According to payday lenders, the payday loan industry gets an unfairly bad rap. Also, this caviar is too warm. Throw it out, you peasant.
Recently at one of the regular get-togethers I attend in my friend’s zeppelin’s east ballroom I heard something simply dreadful. While dipping a $300 truffle into a platinum dish of $1,000 caviar, my ear caught wind of a disturbing conversation.
Apparently, payday loans have gained a negative reputation.
Could this be true?! Upon hearing it, my monocle popped out of my eye and into my flute of $2,000 champagne.
After rinsing off the monocle and retrieving my top hat from its solid gold hook, I rushed home to write this article on a Macbook Air that is the same as any Macbook Air, except I voluntarily paid $100,000 for it so that it would be more exclusive.
Reasons my fellow country club board members and I encourage you to borrow a payday loan.
1) They’re easy to get.
Look, I understand that not everyone has a credit score.
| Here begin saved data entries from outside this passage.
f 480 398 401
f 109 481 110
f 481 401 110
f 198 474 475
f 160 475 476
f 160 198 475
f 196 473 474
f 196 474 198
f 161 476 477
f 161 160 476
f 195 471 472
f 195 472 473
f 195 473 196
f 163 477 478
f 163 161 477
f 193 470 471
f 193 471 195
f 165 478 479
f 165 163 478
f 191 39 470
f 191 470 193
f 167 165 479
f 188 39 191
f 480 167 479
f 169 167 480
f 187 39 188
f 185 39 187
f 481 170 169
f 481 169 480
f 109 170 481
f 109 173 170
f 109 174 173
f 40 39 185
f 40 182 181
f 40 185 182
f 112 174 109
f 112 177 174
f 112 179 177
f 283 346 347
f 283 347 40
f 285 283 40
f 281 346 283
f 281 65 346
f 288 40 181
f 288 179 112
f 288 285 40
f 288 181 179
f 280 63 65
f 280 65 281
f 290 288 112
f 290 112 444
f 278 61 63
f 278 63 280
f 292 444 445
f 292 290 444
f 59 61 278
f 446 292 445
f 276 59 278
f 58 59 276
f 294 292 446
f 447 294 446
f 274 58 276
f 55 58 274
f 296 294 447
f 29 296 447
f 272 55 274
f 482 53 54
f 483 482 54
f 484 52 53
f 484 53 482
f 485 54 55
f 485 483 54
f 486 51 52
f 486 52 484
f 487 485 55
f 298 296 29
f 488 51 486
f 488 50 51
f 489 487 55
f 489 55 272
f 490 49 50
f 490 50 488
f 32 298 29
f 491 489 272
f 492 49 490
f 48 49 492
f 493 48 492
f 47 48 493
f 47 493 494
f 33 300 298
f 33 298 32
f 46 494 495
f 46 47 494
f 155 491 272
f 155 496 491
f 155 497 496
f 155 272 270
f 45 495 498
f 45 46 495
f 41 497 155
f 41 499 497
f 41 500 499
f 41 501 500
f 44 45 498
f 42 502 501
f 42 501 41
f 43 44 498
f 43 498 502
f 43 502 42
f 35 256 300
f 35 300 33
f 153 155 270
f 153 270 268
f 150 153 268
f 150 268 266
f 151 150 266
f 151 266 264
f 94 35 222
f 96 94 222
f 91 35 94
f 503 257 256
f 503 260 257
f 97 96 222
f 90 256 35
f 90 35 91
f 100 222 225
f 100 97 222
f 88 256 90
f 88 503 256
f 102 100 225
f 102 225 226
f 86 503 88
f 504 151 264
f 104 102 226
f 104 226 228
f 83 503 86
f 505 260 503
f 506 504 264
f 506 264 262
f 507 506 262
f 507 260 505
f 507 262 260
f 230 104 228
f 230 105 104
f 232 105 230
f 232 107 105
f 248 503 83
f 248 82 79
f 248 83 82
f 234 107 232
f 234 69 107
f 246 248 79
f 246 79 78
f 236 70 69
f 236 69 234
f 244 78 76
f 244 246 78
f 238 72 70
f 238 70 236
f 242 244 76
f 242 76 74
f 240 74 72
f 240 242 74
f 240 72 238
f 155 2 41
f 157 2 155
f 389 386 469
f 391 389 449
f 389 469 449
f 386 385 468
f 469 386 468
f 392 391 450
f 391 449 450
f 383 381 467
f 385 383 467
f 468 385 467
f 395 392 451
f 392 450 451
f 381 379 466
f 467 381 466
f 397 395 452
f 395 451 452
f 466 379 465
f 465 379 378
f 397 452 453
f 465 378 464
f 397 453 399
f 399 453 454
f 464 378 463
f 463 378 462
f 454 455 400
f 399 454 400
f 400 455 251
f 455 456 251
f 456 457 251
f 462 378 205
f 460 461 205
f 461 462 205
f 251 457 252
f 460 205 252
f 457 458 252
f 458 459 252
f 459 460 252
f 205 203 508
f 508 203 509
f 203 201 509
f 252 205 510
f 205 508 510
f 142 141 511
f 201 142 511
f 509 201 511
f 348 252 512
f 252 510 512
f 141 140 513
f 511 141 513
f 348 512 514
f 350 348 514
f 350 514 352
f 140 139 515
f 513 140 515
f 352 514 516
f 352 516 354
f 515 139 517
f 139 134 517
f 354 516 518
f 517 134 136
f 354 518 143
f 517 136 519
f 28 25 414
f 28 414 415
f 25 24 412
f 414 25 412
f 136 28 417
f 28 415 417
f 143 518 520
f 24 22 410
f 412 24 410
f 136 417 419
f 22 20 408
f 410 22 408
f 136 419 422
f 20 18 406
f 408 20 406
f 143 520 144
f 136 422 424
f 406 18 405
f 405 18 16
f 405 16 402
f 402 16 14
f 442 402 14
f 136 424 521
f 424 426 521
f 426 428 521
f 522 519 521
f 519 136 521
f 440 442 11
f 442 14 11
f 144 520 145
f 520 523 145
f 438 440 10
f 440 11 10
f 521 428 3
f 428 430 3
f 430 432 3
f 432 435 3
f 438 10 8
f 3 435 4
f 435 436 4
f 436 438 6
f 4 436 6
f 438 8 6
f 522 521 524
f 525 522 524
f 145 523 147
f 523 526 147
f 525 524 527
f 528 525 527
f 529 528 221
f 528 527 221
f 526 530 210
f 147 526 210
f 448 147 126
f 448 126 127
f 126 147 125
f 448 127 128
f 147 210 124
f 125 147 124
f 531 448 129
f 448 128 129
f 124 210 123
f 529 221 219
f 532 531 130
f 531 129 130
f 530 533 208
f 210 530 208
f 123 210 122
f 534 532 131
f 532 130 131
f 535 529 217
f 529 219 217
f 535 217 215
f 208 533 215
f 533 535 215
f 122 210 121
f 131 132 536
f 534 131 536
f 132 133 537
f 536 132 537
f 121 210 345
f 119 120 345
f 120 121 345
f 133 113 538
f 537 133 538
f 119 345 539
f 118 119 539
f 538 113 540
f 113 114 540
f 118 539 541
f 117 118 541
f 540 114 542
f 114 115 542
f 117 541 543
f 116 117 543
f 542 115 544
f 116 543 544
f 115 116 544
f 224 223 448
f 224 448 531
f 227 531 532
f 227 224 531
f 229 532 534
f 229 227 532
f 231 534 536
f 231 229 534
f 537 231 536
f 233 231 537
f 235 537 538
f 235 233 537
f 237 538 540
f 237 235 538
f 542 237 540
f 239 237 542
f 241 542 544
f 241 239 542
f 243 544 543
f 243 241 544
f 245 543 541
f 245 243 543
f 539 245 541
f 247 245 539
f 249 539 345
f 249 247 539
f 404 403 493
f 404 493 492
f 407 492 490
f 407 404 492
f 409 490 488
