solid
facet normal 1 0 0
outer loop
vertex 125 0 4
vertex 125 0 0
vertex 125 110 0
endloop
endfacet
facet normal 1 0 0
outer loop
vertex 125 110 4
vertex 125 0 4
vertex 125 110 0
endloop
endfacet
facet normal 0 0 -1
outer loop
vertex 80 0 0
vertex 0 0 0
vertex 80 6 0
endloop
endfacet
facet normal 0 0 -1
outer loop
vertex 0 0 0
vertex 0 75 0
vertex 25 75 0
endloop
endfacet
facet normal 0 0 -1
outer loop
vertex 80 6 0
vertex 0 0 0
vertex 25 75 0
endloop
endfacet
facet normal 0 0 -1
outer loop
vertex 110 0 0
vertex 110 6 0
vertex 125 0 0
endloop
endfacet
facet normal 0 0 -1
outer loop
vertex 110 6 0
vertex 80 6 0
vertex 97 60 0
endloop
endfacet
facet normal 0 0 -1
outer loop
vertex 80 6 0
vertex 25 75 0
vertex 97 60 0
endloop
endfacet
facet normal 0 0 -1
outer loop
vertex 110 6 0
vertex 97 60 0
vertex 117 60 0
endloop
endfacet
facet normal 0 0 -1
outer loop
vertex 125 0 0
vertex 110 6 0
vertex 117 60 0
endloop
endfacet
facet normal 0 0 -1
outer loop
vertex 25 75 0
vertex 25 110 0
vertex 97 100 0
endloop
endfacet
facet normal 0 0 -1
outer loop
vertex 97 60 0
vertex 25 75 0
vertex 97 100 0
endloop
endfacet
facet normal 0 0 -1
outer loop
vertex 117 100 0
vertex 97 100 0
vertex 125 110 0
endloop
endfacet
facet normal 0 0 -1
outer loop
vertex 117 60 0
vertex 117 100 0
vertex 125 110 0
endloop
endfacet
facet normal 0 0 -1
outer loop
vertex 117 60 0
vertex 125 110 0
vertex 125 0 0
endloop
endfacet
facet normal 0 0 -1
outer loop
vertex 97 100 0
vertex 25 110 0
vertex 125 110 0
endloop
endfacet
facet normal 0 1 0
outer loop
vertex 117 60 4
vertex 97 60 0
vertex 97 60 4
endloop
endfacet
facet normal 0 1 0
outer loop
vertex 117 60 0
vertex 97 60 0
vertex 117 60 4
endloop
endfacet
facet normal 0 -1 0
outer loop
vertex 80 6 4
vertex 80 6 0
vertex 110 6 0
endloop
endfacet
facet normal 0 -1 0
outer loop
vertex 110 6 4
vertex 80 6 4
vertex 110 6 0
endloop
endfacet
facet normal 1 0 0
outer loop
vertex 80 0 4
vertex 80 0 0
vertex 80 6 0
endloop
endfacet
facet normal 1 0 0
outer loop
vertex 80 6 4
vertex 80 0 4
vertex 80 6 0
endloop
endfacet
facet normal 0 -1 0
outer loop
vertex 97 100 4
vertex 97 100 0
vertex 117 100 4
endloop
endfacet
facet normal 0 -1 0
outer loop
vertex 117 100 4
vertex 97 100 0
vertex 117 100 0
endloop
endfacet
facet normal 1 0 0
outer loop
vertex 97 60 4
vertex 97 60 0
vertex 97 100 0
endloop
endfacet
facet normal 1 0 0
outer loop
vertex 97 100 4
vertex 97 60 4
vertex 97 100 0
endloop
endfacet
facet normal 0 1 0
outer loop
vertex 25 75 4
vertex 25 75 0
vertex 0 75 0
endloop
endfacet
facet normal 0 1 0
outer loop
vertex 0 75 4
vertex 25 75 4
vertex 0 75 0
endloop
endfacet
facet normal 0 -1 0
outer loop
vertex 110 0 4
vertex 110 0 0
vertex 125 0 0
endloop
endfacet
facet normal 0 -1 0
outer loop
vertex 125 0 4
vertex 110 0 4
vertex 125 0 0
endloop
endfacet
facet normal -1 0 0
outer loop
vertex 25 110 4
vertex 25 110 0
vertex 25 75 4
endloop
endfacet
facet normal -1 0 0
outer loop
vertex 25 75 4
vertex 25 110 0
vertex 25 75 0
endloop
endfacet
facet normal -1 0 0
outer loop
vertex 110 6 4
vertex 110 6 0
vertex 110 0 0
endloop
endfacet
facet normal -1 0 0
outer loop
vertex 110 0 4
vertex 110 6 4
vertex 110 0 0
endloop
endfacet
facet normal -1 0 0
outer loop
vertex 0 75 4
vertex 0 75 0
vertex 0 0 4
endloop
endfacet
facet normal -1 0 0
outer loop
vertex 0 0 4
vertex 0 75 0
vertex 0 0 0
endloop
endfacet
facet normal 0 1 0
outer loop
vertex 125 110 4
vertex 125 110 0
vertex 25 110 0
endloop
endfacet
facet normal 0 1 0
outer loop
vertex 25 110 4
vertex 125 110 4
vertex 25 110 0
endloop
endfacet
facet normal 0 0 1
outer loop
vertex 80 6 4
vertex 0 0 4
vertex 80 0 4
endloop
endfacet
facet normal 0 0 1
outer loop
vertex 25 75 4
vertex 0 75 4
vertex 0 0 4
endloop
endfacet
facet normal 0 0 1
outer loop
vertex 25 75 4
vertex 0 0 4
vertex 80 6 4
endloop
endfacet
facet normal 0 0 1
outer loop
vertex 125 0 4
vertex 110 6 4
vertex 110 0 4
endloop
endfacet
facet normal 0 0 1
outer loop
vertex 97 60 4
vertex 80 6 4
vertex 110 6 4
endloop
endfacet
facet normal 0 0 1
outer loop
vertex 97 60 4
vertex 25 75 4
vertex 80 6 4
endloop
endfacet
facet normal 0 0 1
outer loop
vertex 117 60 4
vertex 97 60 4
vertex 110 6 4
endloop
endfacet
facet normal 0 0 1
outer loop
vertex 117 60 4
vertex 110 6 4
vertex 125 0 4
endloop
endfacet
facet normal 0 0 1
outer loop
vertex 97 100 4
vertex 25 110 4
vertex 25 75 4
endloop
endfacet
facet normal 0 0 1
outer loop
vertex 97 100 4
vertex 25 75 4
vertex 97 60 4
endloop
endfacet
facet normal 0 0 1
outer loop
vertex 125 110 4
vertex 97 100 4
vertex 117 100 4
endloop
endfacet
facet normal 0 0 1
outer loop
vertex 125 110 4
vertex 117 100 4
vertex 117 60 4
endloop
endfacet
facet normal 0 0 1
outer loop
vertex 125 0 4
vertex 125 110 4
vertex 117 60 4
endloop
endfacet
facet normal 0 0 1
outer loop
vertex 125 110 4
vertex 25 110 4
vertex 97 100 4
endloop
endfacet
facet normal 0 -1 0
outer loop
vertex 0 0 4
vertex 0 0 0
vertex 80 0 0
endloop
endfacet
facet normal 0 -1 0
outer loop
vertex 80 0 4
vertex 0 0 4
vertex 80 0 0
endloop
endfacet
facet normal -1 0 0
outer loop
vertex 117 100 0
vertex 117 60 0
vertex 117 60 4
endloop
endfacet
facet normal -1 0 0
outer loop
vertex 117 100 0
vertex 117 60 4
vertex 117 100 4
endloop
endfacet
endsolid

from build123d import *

# Parameters (mm, degrees)
SKIZZE1_W                       = 20
SKIZZE1_H                       = 40
AUFSATZ_LINEAR_AUSTRAGEN1_DEPTH = 4


with BuildPart() as part:
    # Skizze1 → Aufsatz-Linear austragen1 (new body)
    with BuildSketch(Plane.XY):
        Polygon((0, 0), (80, 0), (80, 6), (110, 6), (110, 0), (125, 0), (125, 110), (25, 110), (25, 75), (0, 75), align=None)
        with Locations((107, 80)):
            Rectangle(SKIZZE1_W, SKIZZE1_H, mode=Mode.SUBTRACT)
    extrude(amount=AUFSATZ_LINEAR_AUSTRAGEN1_DEPTH)


solid = part.part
Maybe you were born into a wealthy family and never had the need for credit cards, or maybe you have already transferred all of your assets into hidden stores of gold (for when the unwashed rabble comes to your door).
Regardless, assuming you wanted to get a loan and didn’t have a credit score or even a proper income, payday lenders will still accommodate you. That’s why they’re referred to as “no credit check loans.” Payday lenders are almost as compassionate as my butlers, Wentworth and Gentworth.
In fact, payday loans are dangerously easy to get! Historically, payday lenders don’t even consider your ability to repay the money you borrow! Borrowing money at interest rates regardless of whether or not you can actually afford to repay what you borrow sounds like the very definition of ease to me!
Going to a payday loan store is like having a butler of your very own, except they give YOU money! Money and butlers?! What could be better than that?
2) Dangerously short repayment terms.
When you take out a payday loan, you’re normally given around two weeks to pay it back. How great is that?
When I wanted an artificial island complete with a beach house to be built in the center of my large outside pool, I was told it would take at least a month. Even if I threw rocks at the workers and yelled at them!
So imagine how nice it would be to have something over and done within two weeks. I suppose it might be an issue if you didn’t have the money to pay back the loan in that time, but if that’s the case, you should consider getting more money.
You could ask your father to take it from his company’s liquid assets, for example. Just be sure to do it in a way that the FEC won’t learn about. And don’t consider taking out a long-term installment loan with more affordable payments. That would just be gauche.
3) High APRs mean you can give a lot of your money to me and my friends.
For those of you who aren’t aware, “APR” stands for annual percentage rate, and it’s the measurement of how much a loan costs, including interest and fees, over the course of a single year.
Payday loans can have APRs approaching 400%, which means you can give me and my friends, many of whom own or have stakes in payday loan companies, a lot of money!
And why wouldn’t you want to give us money? We already have so much of it, so you know we must be good with it. We also spend it on wonderful things like caviar and zeppelins with multiple ballrooms and artificial islands complete with beach houses in the middle of our enormous outside swimming pools!
What would you spend it on otherwise? Rent? For your terrible apartment? The one that doesn’t even have an indoor, let alone an outdoor pool with a large island at the center of it? Don’t make me laugh.
Seriously, please don’t make me laugh. I have a mouthful of “snacking diamonds” and I don’t want them to go to waste.
4) They keep your credit rating down.
Unlike some companies in the bad credit loan business, payday lenders won’t report your payments to the major credit bureaus—so using them won’t improve your credit rating.
It can, however, further damage your score if you aren’t able to make your payments. Once it gets sent to collections, they’ll report you to the bureaus and the information will land on your credit report.
It’s a “win-win” situation—if by “win-win” you mean me and my friends get to win twice!
Having a lower credit rating means you’ll be forced to pay much higher interest rates for any kind of loan, and given where my particular holdings and investments are, that means all the more money for me! How splendid!
Title loans, by the way, won’t help your score either. But using your car title as collateral for a loan? What are we, cavemen? Even just that word—”collateral”—it’s ruining the taste of these diamonds. Ick.
5) Rollover fees.
Can’t make your payday loan payment in time? Well, good news: You can pay a relatively large fee to extend the loan. And then if you still can’t pay it two weeks after that, you can just roll it over again!
It’s even more money for me. And, as we’ve already established, money for me is great!
Hopefully, this has turned your opinion around on payday loans. And if it still hasn’t, just know that if my friends and I don’t get what we want, we’ll take all our money and our butlers and our zeppelins and we’ll go live on the moon.
Don’t believe me? Why don’t you come over here and say it to my face?! Or, rather, say it to my intercom on the front gate that’s a mile down my driveway. Then I’ll send my robot guard dogs after you. That’ll show you …
Guy in a Top Hat and Monocle. He has a swimming pool filled with gold coins. But he wishes it was filled with his father’s approval.